Pope Francis in his yearly exhortations has called on catholic clergy and lay faithful to be more lenient in their dealings with homosexuals and divorcees, while condemning abortion and death penalties.
In a move that many describe as a giant step away from the traditional conservative stance of the catholic church, the Pope called for a change of altitude towards the modern family.
While maintaining its traditional belief that abortion and homosexual unions are sinful, the papal exhortation noted that pastors should avoid being judgemental and move towards counselling of such persons.
The papal publication entitled: “Amoris Laetitia: On Love in the Family,” -a teaching of the church on family, sexuality and marriage prescribes the following measures.

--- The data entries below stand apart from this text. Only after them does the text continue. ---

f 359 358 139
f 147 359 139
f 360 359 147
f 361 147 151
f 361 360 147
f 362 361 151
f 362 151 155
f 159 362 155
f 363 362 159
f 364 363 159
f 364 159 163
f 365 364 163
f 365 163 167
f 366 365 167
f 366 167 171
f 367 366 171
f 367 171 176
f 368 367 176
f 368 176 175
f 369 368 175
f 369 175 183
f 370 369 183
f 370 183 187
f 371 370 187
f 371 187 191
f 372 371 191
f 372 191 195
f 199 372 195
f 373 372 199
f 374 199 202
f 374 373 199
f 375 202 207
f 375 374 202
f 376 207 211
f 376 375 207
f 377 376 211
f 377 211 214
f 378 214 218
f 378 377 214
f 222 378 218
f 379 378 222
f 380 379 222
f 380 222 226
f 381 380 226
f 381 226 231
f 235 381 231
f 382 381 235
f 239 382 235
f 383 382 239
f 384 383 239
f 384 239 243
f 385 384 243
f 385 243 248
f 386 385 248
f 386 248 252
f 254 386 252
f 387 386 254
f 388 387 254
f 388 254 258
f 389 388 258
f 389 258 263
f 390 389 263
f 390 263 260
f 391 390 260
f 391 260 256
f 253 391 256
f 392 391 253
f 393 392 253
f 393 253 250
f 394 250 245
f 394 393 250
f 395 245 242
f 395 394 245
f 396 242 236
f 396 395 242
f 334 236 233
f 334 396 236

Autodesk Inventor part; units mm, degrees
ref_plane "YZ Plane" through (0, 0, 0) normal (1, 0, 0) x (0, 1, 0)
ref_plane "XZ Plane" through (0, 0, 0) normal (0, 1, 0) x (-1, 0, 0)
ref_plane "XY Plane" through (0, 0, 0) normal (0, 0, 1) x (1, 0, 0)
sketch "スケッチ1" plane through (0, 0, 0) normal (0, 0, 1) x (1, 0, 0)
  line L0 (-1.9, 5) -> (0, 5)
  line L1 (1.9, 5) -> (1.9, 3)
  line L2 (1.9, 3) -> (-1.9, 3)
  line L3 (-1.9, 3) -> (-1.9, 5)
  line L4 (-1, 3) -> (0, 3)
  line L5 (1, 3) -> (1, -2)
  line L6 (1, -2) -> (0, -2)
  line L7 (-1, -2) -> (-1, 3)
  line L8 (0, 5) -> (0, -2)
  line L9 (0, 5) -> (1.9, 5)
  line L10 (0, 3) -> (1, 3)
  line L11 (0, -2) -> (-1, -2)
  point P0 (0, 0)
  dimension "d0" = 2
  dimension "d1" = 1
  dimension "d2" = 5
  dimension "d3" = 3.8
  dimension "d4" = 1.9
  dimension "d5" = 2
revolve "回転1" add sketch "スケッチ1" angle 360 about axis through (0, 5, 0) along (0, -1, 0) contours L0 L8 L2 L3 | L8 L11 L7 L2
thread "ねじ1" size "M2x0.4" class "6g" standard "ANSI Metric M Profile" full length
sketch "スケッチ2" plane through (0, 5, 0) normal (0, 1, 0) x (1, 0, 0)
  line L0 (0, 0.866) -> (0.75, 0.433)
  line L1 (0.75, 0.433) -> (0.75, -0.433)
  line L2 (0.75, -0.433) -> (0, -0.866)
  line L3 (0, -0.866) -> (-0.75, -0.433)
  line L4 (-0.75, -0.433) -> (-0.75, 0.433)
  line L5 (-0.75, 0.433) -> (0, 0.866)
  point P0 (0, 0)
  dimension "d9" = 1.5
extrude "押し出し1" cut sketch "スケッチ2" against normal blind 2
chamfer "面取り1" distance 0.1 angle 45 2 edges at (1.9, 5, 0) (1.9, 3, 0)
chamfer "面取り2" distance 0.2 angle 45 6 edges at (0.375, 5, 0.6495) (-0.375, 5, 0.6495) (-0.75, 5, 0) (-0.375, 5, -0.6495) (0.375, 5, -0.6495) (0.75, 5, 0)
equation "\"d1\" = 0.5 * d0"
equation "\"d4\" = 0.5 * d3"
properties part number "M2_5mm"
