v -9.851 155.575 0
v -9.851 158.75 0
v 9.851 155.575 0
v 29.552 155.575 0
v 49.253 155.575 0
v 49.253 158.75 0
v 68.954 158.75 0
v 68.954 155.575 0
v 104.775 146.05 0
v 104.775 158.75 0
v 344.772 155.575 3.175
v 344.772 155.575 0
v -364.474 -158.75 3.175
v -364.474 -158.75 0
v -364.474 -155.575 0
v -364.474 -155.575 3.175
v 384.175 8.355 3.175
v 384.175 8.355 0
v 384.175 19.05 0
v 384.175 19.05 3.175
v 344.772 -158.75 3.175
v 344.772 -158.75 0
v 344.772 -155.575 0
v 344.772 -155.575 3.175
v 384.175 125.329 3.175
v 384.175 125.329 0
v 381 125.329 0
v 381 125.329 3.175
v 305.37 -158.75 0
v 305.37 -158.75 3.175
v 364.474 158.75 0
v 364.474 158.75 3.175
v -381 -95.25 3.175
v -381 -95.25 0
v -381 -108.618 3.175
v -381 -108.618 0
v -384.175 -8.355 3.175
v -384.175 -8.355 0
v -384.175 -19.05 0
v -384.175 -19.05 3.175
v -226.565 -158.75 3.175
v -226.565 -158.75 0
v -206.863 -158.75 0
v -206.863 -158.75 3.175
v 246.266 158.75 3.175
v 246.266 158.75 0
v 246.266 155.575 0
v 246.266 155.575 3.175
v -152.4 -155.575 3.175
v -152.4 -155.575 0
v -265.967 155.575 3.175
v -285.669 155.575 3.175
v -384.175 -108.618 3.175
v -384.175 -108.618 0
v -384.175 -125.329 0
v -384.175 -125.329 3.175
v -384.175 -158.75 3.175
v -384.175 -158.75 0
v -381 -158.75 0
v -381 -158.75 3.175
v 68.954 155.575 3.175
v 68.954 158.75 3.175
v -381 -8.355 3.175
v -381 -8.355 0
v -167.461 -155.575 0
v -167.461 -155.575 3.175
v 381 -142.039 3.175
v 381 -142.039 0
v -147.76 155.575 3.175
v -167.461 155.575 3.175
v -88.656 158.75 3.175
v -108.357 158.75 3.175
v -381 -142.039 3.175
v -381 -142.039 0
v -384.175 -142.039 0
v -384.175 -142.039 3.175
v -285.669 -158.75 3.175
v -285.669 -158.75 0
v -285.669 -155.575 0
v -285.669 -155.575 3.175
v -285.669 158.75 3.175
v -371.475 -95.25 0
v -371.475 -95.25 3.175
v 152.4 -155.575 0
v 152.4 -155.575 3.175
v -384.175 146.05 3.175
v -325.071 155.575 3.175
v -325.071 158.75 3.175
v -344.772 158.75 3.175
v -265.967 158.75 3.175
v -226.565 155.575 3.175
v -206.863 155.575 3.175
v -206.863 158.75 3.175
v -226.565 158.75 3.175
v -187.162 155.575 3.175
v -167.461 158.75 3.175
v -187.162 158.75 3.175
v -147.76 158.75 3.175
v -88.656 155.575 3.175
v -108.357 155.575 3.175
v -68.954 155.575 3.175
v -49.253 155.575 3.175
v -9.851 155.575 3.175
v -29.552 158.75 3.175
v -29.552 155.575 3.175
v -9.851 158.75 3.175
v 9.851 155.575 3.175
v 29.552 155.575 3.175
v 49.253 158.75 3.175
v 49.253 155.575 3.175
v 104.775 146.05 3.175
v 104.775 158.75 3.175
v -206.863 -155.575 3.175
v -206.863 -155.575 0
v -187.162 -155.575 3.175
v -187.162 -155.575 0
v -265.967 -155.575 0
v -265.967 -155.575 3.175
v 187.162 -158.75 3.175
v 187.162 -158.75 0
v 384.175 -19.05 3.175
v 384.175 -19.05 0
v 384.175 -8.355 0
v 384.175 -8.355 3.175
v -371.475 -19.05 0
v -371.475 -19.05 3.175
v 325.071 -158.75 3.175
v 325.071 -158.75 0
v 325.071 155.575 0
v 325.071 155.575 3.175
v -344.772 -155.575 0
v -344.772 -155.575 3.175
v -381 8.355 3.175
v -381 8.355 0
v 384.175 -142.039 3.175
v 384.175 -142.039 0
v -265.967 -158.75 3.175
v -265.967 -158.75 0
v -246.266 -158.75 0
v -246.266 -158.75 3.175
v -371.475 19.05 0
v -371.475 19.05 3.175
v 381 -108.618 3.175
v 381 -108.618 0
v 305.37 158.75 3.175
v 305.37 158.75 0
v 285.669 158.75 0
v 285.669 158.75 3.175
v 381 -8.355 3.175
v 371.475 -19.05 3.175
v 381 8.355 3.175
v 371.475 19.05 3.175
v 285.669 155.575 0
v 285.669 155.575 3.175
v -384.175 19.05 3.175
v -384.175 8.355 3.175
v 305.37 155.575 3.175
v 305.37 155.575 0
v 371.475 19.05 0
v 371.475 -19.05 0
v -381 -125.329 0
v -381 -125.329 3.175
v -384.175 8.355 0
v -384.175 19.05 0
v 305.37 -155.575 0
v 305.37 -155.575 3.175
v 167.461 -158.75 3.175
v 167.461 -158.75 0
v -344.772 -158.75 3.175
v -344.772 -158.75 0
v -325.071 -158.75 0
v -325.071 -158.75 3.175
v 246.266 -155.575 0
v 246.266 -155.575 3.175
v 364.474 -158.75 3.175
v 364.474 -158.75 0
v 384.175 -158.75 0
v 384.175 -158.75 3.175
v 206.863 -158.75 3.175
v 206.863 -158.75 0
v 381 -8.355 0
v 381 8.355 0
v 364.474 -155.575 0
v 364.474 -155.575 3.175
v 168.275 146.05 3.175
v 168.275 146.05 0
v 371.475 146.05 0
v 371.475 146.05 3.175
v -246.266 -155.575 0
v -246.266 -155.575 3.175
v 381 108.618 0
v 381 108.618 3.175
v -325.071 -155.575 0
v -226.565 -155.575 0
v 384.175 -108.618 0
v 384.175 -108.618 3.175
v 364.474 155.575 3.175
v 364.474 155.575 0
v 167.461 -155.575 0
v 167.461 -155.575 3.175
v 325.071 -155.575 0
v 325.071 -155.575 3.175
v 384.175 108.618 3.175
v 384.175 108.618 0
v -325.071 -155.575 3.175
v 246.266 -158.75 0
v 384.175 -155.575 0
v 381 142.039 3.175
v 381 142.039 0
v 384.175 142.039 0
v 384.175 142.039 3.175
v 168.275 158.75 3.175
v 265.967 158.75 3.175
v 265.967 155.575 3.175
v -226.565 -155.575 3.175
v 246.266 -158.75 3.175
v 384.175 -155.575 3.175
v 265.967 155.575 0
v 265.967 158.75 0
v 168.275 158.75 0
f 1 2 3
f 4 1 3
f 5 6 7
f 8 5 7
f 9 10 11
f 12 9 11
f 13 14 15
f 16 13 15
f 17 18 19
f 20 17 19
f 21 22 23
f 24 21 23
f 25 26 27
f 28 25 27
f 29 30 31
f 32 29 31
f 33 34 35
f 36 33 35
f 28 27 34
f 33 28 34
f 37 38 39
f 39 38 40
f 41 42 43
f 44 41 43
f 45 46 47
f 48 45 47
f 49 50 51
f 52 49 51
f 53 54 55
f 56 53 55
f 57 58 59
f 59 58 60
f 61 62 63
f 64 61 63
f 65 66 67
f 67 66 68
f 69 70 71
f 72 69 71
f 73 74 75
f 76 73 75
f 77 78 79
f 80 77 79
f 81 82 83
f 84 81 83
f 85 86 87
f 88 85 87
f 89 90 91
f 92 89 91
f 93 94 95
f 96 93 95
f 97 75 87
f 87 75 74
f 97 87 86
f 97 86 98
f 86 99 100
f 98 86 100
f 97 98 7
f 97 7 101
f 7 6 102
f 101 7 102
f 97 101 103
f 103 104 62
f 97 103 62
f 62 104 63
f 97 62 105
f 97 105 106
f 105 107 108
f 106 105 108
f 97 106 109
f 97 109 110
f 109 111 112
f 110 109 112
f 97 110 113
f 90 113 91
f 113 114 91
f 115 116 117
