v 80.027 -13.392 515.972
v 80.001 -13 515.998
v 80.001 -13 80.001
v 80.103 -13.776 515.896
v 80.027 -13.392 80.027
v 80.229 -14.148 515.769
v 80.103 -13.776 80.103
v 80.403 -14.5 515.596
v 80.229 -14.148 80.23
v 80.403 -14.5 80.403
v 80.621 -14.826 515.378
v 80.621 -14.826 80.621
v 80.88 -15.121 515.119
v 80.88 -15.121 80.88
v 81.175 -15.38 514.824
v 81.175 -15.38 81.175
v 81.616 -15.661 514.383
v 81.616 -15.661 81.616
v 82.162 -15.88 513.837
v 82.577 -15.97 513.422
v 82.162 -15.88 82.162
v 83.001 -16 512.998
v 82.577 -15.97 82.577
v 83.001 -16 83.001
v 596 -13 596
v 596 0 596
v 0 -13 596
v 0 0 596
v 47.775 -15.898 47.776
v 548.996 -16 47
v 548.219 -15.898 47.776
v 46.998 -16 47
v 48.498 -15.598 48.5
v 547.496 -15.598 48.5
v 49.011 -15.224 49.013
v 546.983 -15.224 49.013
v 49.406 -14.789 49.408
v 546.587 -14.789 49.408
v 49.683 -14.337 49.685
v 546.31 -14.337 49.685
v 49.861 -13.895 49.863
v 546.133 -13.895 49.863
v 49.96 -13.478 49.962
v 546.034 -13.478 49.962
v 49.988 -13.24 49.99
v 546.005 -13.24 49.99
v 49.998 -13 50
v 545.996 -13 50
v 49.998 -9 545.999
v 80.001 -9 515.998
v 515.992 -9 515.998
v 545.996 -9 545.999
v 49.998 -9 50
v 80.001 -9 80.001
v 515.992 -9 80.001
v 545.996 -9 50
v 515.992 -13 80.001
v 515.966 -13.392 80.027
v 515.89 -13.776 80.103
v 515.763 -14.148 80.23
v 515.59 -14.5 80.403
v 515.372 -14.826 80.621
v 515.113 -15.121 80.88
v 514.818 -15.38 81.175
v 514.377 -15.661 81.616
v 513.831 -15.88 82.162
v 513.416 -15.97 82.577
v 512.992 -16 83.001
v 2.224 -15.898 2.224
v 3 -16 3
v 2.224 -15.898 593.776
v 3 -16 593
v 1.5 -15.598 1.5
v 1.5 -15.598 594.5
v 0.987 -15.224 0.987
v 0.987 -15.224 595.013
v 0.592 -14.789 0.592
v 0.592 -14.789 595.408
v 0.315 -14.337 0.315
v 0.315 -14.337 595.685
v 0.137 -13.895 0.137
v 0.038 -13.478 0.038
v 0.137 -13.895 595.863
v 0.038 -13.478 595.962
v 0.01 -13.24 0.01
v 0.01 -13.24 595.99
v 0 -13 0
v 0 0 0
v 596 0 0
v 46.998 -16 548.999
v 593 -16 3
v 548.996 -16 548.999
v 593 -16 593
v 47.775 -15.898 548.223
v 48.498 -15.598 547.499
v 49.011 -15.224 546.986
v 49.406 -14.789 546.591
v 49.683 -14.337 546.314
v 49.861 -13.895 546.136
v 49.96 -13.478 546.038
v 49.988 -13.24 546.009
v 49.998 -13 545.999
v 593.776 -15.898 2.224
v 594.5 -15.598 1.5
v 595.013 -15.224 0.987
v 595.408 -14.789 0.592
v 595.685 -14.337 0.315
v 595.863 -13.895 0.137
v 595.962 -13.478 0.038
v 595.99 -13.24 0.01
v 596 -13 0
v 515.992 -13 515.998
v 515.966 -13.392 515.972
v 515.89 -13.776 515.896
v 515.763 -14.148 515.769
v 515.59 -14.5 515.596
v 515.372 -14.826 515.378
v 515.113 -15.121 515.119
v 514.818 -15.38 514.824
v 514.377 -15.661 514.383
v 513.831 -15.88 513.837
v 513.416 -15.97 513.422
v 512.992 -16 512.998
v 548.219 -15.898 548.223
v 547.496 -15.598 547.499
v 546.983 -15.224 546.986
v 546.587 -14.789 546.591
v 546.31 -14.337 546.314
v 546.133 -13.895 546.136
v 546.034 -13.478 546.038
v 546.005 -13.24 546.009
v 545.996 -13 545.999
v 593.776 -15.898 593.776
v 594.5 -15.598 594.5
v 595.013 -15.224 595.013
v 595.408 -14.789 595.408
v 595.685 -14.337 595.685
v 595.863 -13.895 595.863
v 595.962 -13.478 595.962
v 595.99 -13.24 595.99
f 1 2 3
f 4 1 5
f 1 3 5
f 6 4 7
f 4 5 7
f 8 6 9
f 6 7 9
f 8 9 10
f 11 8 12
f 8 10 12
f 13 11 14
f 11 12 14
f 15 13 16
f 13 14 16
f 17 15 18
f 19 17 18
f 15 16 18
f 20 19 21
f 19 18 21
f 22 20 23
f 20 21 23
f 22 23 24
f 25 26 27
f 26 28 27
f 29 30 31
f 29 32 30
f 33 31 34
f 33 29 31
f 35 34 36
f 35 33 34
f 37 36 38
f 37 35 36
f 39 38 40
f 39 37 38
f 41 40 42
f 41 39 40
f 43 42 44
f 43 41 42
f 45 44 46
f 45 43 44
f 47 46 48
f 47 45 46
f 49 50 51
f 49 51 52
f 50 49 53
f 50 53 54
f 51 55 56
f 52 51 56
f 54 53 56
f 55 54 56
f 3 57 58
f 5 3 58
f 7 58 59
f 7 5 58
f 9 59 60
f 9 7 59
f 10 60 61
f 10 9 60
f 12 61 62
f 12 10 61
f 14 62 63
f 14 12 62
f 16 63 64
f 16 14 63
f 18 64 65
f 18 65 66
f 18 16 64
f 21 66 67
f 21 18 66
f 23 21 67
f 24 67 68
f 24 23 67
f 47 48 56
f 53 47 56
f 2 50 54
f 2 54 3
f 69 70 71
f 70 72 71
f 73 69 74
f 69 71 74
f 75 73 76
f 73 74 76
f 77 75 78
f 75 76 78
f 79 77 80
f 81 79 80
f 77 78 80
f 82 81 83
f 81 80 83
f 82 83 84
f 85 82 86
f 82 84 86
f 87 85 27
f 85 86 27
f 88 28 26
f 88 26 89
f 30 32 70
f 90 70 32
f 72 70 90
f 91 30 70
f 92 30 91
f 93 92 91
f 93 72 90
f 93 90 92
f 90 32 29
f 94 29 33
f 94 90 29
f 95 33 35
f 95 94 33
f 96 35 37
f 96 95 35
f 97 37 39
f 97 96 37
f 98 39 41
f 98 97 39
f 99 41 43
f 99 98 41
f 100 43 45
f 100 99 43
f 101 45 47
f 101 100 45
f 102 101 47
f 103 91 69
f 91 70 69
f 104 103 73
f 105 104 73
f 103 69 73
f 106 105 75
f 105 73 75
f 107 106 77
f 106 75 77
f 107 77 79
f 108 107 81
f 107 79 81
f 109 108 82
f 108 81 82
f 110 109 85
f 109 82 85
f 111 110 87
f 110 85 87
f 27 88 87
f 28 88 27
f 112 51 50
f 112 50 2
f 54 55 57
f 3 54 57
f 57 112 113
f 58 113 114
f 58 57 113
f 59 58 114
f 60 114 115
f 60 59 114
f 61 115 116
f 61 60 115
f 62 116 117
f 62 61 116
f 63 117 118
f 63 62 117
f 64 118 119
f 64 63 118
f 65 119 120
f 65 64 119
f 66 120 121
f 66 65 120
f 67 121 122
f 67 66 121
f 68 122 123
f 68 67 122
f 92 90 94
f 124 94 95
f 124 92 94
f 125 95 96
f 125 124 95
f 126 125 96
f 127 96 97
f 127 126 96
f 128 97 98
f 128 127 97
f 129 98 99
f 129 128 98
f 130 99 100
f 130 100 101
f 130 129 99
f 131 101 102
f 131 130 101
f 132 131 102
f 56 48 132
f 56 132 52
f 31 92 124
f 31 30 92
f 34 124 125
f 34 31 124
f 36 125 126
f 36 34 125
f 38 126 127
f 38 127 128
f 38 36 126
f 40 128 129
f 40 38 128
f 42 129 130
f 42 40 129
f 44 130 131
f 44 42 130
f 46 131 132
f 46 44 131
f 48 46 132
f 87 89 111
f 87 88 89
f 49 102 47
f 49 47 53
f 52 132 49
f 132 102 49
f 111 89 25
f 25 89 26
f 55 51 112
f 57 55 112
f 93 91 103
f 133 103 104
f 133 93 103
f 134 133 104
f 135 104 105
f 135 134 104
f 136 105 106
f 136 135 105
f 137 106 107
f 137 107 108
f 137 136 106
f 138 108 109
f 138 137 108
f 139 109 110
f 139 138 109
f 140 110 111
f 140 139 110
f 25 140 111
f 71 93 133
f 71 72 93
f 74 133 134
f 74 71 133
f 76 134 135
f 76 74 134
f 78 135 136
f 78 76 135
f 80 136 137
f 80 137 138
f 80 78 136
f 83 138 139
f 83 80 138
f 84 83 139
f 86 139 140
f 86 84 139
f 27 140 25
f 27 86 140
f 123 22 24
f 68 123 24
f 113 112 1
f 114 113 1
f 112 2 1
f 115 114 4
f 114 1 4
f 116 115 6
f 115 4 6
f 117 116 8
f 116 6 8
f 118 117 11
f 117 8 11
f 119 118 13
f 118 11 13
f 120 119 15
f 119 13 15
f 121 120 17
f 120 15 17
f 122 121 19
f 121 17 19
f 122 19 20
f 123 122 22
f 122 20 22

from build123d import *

# Parameters (mm, degrees)
F0_W      = 44.656470418
F0_H      = 33.8078811765
F1_DEPTH  = 16
F2_DEPTH  = 796
F3_DEPTH  = 196
F4_W      = 68.9578056335
F4_H      = 493.6993122101
F5_DEPTH  = 7
F6_DEPTH  = 9.7
F7_DEPTH  = 99.33
F8_DEPTH  = 99.33
F9_DEPTH  = 17.34
F10_DEPTH = 102.97
F11_W     = 35.2807044983
F11_H     = 492.0964837074
F12_DEPTH = 7
F13_DEPTH = 37.27
F14_DEPTH = 6.58
F15_DEPTH = 106.63
F16_DEPTH = 5.87
F17_DEPTH = 200
F18_DEPTH = 200
F19_DEPTH = 200
F20_DEPTH = 200
F21_DEPTH = 200
F22_DEPTH = 200
F23_DEPTH = 200
F24_DEPTH = 200
F25_DEPTH = 200
F26_R     = 3


with BuildPart() as f1:
    # F0 (on Front) → F1 (new body)
    with BuildSketch(Plane.XZ):
        with Locations((22.328235209, 16.9039405882)):
            Rectangle(F0_W, F0_H)
    extrude(amount=F1_DEPTH)

    # F2 (add): a face of the model
    f2_faces = [f1.faces().sort_by_distance(p)[0] for p in [
        (22.328235209, -8, 0),
    ]]
    extrude(f2_faces, amount=-F2_DEPTH)

    # F3 (add): a face of the model
    f3_faces = [f1.faces().sort_by_distance(p)[0] for p in [
        (0, -8, 398),
    ]]
    extrude(f3_faces, amount=-F3_DEPTH)

    # F4 (on face) → F5 (cut)
    with BuildSketch(Plane.XZ.offset(16)):
        with Locations((94.1769480705, 399.8196721077)):
            Rectangle(F4_W, F4_H)
    extrude(amount=-F5_DEPTH, mode=Mode.SUBTRACT)

    # F6 (cut): a face of the model
    f6_faces = [f1.faces().sort_by_distance(p)[0] for p in [
        (59.6980452538, -12.5, 399.8196721077),
    ]]
    extrude(f6_faces, amount=-F6_DEPTH, mode=Mode.SUBTRACT)

    # F7 (add): a face of the model
    f7_faces = [f1.faces().sort_by_distance(p)[0] for p in [
        (89.3269480705, -12.5, 646.6693282127),
    ]]
    extrude(f7_faces, amount=-F7_DEPTH)

    # F8 (cut): a face of the model
    f8_faces = [f1.faces().sort_by_distance(p)[0] for p in [
        (89.3269480705, -12.5, 646.6693282127),
    ]]
    extrude(f8_faces, amount=-F8_DEPTH, mode=Mode.SUBTRACT)

    # F9 (cut): a face of the model
    f9_faces = [f1.faces().sort_by_distance(p)[0] for p in [
        (128.6558508873, -12.5, 449.4846721077),
    ]]
    extrude(f9_faces, amount=-F9_DEPTH, mode=Mode.SUBTRACT)

    # F10 (cut): a face of the model
    f10_faces = [f1.faces().sort_by_distance(p)[0] for p in [
        (97.9969480705, -12.5, 152.9700160027),
    ]]
    extrude(f10_faces, amount=-F10_DEPTH, mode=Mode.SUBTRACT)

    # F11 (on face) → F12 (join)
    with BuildSketch(Plane.XZ.offset(9)):
        with Locations((91.7714834213, 432.6795041561)):
            Rectangle(F11_W, F11_H)
    extrude(amount=F12_DEPTH)

    # F13 (add): a face of the model
    f13_faces = [f1.faces().sort_by_distance(p)[0] for p in [
        (91.7714834213, -12.5, 678.7277460098),
    ]]
    extrude(f13_faces, amount=F13_DEPTH)

    # F14 (add): a face of the model
    f14_faces = [f1.faces().sort_by_distance(p)[0] for p in [
        (109.4118356705, -12.5, 451.3145041561),
    ]]
    extrude(f14_faces, amount=F14_DEPTH)

    # F15 (add): a face of the model
    f15_faces = [f1.faces().sort_by_distance(p)[0] for p in [
        (95.0614834213, -12.5, 186.6312623024),
    ]]
    extrude(f15_faces, amount=F15_DEPTH)

    # F16 (cut): a face of the model
    f16_faces = [f1.faces().sort_by_distance(p)[0] for p in [
        (74.1311311722, -12.5, 397.9995041561),
    ]]
    extrude(f16_faces, amount=-F16_DEPTH, mode=Mode.SUBTRACT)

    # F17 (add): a face of the model
    f17_faces = [f1.faces().sort_by_distance(p)[0] for p in [
        (196, -8, 398),
    ]]
    extrude(f17_faces, amount=F17_DEPTH)

    # F18 (cut): a face of the model
    f18_faces = [f1.faces().sort_by_distance(p)[0] for p in [
        (145.9958508873, -12.5, 397.9996721077),
    ]]
    extrude(f18_faces, amount=-F18_DEPTH, mode=Mode.SUBTRACT)

    # F19 (add): a face of the model
    f19_faces = [f1.faces().sort_by_distance(p)[0] for p in [
        (115.9918356705, -12.5, 397.9995041561),
    ]]
    extrude(f19_faces, amount=F19_DEPTH)

    # F20 (add): a face of the model
    f20_faces = [f1.faces().sort_by_distance(p)[0] for p in [
        (396, -8, 398),
    ]]
    extrude(f20_faces, amount=F20_DEPTH)

    # F21 (cut): a face of the model
    f21_faces = [f1.faces().sort_by_distance(p)[0] for p in [
        (345.9958508873, -12.5, 397.9996721077),
    ]]
    extrude(f21_faces, amount=-F21_DEPTH, mode=Mode.SUBTRACT)

    # F22 (add): a face of the model
    f22_faces = [f1.faces().sort_by_distance(p)[0] for p in [
        (315.9918356705, -12.5, 397.9995041561),
    ]]
    extrude(f22_faces, amount=F22_DEPTH)

    # F23 (cut): a face of the model
    f23_faces = [f1.faces().sort_by_distance(p)[0] for p in [
        (297.9964834213, -12.5, 715.9977460098),
    ]]
    extrude(f23_faces, amount=-F23_DEPTH, mode=Mode.SUBTRACT)

    # F24 (add): a face of the model
    f24_faces = [f1.faces().sort_by_distance(p)[0] for p in [
        (297.9969480705, -12.5, 745.9993282127),
    ]]
    extrude(f24_faces, amount=F24_DEPTH)

    # F25 (cut): a face of the model
    f25_faces = [f1.faces().sort_by_distance(p)[0] for p in [
        (298, -8, 796),
    ]]
    extrude(f25_faces, amount=-F25_DEPTH, mode=Mode.SUBTRACT)

    # F26
    f26_edges = [f1.edges().sort_by_distance(p)[0] for p in [
        (0, -16, 298),
        (298, -16, 596),
        (596, -16, 298),
        (298, -16, 0),
        (49.998045, -16, 297.999672),
        (297.996948, -16, 50.000016),
        (297.996948, -16, 545.999328),
        (545.995851, -16, 297.999672),
        (297.996483, -16, 515.997746),
        (515.991836, -16, 297.999504),
        (297.996483, -16, 80.001262),
        (80.001131, -16, 297.999504),
    ]]
    fillet(f26_edges, radius=F26_R)


solid = f1.part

1) On challenges facing married couples and families today, the head of the catholic church stated that marriages in the modern society are difficult and beset by several difficulties.
Marriage is “mixture of enjoyment and struggles, tensions and repose, pain and relief, satisfactions and longings, annoyances and pleasures.”
“No family drops down from heaven perfectly formed; families need constantly to grow and mature in the ability to love …All of us are called to keep striving towards something greater than ourselves and our families.”
“Longer life spans now mean that close and exclusive relationships must last for four, five or even six decades; consequently, the initial decision has to be frequently renewed.”
2) Speaking on Homosexuality, cohabitation and the position of the church, the Pope wrote that every individual should be respected regardless of sexual orientation. While noting that same sex union cannot be equated with marriage, the Pope, however, called on pastors to provide pastoral guidance to individuals who manifest homosexual orientation.
“Every person, regardless of sexual orientation, ought to be respected in his or her dignity and treated with consideration, while ‘every sign of unjust discrimination’ is to be carefully avoided, particularly any form of aggression and violence.”
“De facto or same-sex unions, for example, may not simply be equated with marriage.”
“Such families should be given respectful pastoral guidance, so that those who manifest a homosexual orientation can receive the assistance they need to understand and fully carry out God’s will in their lives.”
3) On the thorny issue of divorced individuals in the church, the Pope wrote that the church should be more open and welcoming to them.
“For divorced people who are living a new union it is important to let them know they are part of the Church, they are not excommunicated.”
Jesus proposed a demanding ideal but “never failed to show compassion and closeness to the frailty of individuals like the Samaritan woman or the woman caught in adultery.”
“While clearly stating the Church’s teaching, pastors are to avoid judgments that do not take into account the complexity of various situations.”
“A pastor cannot feel that it is enough to simply apply moral laws to those living in ‘irregular’ situations, as if they were stones to throw at people’s lives.”
4) On abortion and death penalty, and its rightfulness or wrongfulness, the Pope maintained the traditional position of the church in condemning the unnatural termination of human life.
“No alleged right to one’s own body can justify a decision to terminate that life.”
“Similarly, the Church not only feels the urgency to assert the right to a natural death, without aggressive treatment and euthanasia, but likewise firmly rejects the death penalty.”